Task: Repeat word for word every line from the one holding "Line((-19, 30), (-27.25, 30))" to the end of the material below.

Data to process:
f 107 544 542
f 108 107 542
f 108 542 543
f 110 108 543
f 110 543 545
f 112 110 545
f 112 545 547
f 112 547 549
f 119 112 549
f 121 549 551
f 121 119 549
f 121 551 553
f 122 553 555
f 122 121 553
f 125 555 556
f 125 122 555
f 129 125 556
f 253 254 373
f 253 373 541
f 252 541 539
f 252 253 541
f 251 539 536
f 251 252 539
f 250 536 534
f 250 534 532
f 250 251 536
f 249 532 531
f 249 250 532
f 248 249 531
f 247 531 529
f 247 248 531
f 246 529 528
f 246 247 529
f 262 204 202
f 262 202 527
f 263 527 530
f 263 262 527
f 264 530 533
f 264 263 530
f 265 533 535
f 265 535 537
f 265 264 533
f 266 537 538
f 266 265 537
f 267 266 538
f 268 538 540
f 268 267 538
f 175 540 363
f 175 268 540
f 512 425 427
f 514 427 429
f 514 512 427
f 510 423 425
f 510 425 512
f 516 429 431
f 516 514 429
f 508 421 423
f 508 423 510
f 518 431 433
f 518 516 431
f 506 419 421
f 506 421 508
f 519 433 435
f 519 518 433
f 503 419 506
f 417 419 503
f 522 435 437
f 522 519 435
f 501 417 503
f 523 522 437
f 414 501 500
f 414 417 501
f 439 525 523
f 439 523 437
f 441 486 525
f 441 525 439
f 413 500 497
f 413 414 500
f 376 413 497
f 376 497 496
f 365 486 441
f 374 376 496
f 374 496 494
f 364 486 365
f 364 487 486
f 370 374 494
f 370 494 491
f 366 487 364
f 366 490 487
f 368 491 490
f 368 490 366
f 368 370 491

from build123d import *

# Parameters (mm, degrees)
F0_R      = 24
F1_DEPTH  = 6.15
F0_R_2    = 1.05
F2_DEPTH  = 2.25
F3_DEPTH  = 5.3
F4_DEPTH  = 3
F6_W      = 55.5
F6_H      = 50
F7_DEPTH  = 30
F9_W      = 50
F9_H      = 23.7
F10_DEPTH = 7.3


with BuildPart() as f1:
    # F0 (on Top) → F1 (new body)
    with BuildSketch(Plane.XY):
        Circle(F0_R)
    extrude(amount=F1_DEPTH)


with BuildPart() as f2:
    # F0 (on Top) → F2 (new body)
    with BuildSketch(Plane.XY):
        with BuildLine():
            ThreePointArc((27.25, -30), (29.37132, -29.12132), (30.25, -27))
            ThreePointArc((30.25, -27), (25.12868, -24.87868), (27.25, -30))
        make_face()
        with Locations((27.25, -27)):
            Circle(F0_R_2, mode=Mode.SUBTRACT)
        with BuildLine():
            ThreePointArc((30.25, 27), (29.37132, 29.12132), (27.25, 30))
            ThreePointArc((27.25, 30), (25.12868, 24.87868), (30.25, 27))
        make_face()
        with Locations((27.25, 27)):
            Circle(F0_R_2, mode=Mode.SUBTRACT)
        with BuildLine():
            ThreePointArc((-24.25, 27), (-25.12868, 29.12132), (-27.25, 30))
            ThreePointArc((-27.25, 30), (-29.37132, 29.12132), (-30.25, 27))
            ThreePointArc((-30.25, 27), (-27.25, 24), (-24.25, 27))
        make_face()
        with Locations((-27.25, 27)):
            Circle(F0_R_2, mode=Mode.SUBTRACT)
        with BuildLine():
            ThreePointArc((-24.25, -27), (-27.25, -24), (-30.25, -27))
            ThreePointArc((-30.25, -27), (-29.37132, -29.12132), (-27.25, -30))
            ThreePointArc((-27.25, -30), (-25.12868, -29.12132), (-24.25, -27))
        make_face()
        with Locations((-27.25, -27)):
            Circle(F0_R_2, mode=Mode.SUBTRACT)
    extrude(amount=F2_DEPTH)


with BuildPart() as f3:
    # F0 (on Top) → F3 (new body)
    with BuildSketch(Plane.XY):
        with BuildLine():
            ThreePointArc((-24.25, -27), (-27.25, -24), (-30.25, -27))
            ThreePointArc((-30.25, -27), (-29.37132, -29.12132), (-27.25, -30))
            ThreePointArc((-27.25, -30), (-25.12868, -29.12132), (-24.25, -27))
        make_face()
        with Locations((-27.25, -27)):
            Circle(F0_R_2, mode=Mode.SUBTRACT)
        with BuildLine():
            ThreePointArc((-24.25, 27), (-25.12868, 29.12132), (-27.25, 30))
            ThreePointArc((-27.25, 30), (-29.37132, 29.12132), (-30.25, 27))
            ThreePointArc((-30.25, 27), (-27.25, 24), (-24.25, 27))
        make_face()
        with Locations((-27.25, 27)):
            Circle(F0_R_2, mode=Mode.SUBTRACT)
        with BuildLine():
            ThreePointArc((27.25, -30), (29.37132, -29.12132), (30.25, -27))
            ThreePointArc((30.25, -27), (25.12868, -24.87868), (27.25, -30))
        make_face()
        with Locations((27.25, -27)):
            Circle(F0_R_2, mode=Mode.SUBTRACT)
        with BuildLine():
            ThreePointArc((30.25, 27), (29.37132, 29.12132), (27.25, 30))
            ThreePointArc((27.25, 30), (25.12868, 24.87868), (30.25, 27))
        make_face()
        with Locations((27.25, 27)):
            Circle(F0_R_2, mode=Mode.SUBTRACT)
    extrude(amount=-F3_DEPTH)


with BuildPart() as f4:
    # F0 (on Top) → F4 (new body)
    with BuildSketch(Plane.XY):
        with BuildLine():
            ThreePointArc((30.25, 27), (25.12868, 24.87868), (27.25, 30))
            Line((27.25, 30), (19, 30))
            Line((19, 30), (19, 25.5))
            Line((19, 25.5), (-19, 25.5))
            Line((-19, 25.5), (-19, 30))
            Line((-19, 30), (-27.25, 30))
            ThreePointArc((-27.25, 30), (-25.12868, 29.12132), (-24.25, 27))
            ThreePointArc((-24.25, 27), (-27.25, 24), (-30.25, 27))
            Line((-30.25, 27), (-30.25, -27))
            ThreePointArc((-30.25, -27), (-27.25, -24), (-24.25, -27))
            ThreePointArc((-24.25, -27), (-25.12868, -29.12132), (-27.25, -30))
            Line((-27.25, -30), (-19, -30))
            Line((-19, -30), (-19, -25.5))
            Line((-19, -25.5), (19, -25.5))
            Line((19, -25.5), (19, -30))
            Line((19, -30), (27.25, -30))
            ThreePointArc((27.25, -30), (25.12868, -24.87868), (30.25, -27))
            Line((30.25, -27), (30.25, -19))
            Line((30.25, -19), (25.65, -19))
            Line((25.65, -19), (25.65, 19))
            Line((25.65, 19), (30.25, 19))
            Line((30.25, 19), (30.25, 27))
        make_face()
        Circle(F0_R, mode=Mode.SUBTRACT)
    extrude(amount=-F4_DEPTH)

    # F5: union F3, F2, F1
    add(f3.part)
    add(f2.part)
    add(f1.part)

Problem solution:
            Line((-19, 30), (-27.25, 30))
            ThreePointArc((-27.25, 30), (-25.12868, 29.12132), (-24.25, 27))
            ThreePointArc((-24.25, 27), (-27.25, 24), (-30.25, 27))
            Line((-30.25, 27), (-30.25, -27))
            ThreePointArc((-30.25, -27), (-27.25, -24), (-24.25, -27))
            ThreePointArc((-24.25, -27), (-25.12868, -29.12132), (-27.25, -30))
            Line((-27.25, -30), (-19, -30))
            Line((-19, -30), (-19, -25.5))
            Line((-19, -25.5), (19, -25.5))
            Line((19, -25.5), (19, -30))
            Line((19, -30), (27.25, -30))
            ThreePointArc((27.25, -30), (25.12868, -24.87868), (30.25, -27))
            Line((30.25, -27), (30.25, -19))
            Line((30.25, -19), (25.65, -19))
            Line((25.65, -19), (25.65, 19))
            Line((25.65, 19), (30.25, 19))
            Line((30.25, 19), (30.25, 27))
        make_face()
        Circle(F0_R, mode=Mode.SUBTRACT)
    extrude(amount=-F4_DEPTH)

    # F5: union F3, F2, F1
    add(f3.part)
    add(f2.part)
    add(f1.part)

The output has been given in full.